Les différences de moyens que nous constatons ne viennent pas de nulle part. Les écoles privées sont aujourd’hui massivement financées par l’argent public. Tout d’abord, l’État fourni les moyens d’enseignement (les emplois de professeurs, qui sont donc salariés de l’Etat). C’est la loi Debré de 1959, qui instaure le système de contrat avec l’État. En 2009 s’est ajoutée la loi Carle, qui introduit un financement obligatoire, par les collectivités locales compétentes, des établissements privés sous contrat. Dans un pays qui a vu naître la loi Ferry de 1882 sur l’école laïque et la loi sur la laïcité de 1905, l’ampleur de ces financements fait tache…

À 77%, l’enseignement privé sous contrat est financé par de l’argent public ! L’État finance 55 % du 1ᵉʳ degré et 68 % du 2d degré. La part revenant aux familles s’élève à 22 % dans le 1ᵉʳ degré et à 23 % dans le 2d degré. Le reste correspond aux subventions des collectivités territoriales. Chaque année voit son lot de financement au-delà de l’obligation faite par la loi. C’est le cas dans nombre de collectivités locales, mais aussi au niveau de l’État.

Dans la loi de finances 2024, l’enseignement privé obtient plus de 9 milliards d’euros de crédits de paiement, soit une augmentation de 6,70% par rapport à celle de 2023 alors que l’enseignement scolaire public du 1ᵉʳ degré a augmenté de 4,58% et l’enseignement scolaire public du 2d degré a augmenté de 5,40%. La macronie distribue des cadeaux au privé sous contrat.

Selon la Cour des comptes, que l’on ne peut pas qualifier d’officine d’extrême gauche, « le suivi des contrats se révèle peu rigoureux »… De fait, il n’y a pas ou peu de contrôle pédagogique, financier et administratif des établissements privés. Comment expliquer autrement qu’un établissement comme Stanislas puisse développer autant l’homophobie, le sexisme, et continue de fonctionner comme si de rien n’était, avec la bienveillante protection d’une ministre ?

Pour la France insoumise, les fonds publics pour l’école publique

Le constat est sans appel : l’État entretient et aggrave la concurrence déloyale de l’école privée face au service public de l’éducation. Pour la France insoumise, les fonds publics ne doivent pas servir à financer les intérêts privés. Un gouvernement LFI abrogerait la loi Carle et interdirait les subventions extralégales de la part des collectivités locales.

Fermement attachés à la mixité scolaire, les insoumis souhaiteraient instaurer une nouvelle carte scolaire intégrant les établissements privés sous contrat, qui permette de mettre fin à la ségrégation, avec le concours d’universitaires, d’élu·es locaux, de parents d’élèves, de syndicats, et des ministères de l’Education Nationale, du Logement, des Transports.

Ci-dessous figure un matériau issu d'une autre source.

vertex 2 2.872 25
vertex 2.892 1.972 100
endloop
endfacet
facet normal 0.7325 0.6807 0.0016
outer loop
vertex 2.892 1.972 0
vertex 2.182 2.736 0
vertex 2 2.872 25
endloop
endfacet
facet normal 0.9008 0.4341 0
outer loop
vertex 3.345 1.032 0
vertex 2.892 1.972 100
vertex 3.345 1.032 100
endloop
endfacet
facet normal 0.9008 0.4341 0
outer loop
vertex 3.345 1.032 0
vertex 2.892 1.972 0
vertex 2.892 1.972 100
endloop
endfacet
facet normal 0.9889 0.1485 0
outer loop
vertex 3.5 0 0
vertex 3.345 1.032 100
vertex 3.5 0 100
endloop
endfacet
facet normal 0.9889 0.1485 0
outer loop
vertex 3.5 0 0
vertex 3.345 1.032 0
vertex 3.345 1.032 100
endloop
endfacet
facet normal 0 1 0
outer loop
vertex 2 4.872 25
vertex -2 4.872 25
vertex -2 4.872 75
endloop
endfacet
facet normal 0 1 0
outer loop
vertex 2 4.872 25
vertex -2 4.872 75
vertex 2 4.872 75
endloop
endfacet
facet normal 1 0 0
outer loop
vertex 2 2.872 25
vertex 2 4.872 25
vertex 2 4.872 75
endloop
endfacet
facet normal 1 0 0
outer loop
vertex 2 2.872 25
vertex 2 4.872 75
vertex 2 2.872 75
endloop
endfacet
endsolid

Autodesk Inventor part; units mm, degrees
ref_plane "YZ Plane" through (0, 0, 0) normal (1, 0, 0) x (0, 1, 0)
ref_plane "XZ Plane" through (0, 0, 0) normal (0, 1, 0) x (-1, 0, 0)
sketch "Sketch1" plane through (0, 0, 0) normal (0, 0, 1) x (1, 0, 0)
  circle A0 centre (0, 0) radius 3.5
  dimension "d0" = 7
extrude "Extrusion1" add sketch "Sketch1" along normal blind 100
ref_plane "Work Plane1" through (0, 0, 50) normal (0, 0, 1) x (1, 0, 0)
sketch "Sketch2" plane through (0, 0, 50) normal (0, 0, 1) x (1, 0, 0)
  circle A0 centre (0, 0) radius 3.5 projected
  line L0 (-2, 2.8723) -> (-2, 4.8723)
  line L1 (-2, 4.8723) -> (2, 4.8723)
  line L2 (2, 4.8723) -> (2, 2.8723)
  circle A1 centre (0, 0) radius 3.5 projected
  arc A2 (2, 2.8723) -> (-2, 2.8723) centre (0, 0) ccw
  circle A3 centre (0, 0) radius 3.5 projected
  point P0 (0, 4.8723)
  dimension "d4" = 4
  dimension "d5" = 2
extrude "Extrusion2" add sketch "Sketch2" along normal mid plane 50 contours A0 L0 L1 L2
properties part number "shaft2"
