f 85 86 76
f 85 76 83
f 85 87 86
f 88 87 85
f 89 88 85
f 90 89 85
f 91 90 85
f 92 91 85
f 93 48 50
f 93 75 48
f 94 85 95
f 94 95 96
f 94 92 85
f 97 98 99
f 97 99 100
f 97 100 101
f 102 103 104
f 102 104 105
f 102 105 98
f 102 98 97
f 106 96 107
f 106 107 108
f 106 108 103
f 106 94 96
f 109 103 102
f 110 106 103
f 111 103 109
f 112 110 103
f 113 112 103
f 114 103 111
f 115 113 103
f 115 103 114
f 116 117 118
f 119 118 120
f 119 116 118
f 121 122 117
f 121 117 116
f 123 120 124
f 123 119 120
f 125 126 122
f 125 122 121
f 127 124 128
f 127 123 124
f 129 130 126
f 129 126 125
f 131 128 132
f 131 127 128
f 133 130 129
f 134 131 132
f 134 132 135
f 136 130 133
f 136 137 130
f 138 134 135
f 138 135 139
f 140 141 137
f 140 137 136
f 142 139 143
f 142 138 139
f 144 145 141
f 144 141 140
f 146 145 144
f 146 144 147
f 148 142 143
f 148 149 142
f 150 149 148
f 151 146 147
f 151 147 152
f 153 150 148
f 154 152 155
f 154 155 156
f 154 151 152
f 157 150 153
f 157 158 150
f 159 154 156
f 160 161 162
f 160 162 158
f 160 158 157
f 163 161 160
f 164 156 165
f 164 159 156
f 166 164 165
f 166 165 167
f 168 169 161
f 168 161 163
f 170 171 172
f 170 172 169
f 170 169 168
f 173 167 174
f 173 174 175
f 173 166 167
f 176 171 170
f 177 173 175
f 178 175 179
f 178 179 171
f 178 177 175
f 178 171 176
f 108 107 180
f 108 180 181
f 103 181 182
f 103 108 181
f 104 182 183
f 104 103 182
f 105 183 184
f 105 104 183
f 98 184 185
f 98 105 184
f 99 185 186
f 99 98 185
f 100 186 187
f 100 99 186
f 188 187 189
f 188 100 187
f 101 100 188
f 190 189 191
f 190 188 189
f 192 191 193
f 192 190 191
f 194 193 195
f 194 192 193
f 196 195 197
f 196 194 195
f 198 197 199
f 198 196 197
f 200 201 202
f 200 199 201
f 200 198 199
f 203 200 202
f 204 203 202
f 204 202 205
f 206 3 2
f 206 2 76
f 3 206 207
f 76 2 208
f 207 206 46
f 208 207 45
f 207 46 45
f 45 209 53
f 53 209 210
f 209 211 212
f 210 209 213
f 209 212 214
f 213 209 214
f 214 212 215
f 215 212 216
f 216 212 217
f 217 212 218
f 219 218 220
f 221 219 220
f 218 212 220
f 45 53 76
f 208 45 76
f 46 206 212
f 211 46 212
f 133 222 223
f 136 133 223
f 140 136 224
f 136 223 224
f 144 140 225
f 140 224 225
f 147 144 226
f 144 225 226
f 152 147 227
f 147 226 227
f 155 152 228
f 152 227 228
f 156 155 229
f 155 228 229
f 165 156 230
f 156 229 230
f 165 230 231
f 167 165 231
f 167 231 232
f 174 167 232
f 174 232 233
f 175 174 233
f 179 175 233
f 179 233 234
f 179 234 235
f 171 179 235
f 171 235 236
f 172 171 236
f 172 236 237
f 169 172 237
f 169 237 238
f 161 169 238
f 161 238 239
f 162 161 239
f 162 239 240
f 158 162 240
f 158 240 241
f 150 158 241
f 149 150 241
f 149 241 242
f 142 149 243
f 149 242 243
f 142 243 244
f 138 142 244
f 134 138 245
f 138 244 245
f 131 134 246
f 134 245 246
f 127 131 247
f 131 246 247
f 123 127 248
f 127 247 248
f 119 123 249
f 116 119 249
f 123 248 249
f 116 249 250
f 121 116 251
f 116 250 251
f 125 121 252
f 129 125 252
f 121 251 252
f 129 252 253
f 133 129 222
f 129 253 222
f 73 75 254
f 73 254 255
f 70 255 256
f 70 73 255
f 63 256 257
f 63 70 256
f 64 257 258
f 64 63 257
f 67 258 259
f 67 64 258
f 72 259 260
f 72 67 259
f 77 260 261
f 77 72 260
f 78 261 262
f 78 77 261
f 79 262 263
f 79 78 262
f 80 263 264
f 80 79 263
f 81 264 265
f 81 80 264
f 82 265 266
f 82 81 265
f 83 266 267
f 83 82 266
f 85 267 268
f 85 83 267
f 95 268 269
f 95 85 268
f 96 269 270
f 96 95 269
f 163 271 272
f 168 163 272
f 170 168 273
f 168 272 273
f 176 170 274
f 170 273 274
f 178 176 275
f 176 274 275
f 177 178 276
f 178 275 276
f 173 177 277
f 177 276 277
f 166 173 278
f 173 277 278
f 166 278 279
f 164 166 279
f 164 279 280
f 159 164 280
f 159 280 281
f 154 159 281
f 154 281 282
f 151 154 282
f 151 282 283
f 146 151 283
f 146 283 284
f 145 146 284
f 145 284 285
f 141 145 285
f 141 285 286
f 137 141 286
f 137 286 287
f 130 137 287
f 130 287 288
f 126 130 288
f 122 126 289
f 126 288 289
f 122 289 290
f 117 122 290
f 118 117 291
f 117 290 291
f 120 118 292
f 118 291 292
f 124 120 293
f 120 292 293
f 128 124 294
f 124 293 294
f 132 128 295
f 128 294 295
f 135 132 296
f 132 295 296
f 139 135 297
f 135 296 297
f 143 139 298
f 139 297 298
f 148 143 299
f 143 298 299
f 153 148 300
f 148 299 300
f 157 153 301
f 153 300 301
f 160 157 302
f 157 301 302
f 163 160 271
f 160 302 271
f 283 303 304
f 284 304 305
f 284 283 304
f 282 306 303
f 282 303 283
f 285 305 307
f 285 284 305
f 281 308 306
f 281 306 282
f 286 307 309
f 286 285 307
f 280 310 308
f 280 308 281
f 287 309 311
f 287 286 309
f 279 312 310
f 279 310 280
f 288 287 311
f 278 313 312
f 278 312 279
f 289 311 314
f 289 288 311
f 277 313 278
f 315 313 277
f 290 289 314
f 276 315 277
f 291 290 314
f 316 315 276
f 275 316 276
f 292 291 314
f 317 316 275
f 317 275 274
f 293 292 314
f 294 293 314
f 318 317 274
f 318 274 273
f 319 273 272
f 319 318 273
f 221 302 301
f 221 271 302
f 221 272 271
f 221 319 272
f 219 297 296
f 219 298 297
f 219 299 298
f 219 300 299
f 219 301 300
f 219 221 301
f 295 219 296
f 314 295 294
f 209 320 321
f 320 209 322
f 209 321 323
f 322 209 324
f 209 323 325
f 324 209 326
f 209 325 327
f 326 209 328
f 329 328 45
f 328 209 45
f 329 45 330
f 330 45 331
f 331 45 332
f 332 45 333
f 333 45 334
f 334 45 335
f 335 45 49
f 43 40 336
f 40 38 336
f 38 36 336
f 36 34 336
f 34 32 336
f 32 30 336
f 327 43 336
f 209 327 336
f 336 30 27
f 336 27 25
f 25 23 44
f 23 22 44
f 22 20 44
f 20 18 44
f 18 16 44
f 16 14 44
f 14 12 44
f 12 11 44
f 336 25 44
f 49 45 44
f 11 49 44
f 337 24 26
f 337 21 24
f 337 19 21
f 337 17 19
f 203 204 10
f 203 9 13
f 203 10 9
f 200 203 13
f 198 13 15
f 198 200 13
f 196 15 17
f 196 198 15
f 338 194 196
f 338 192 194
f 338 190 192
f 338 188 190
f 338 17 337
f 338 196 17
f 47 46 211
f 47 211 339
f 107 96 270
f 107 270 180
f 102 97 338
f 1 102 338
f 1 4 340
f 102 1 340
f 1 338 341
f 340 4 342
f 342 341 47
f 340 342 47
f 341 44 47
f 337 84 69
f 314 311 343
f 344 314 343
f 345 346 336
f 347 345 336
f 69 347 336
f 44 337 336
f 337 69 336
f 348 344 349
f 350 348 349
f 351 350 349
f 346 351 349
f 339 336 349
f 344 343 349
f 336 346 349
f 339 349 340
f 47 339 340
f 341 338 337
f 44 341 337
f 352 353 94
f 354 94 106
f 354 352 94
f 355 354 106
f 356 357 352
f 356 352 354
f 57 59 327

La modulation du financement en fonction du respect de cette carte scolaire permettrait d’enrayer la ségrégation toujours plus forte.

Parce que le peuple doit pouvoir avoir le contrôle de son école, il faut faire appliquer partout le programme scolaire, et empêcher les dérives haineuses ou discriminatoires. Les insoumis comptent également renforcer les contrôles des établissements privés et mettrons en œuvre un plan de construction d’établissements publics dans les déserts scolaires.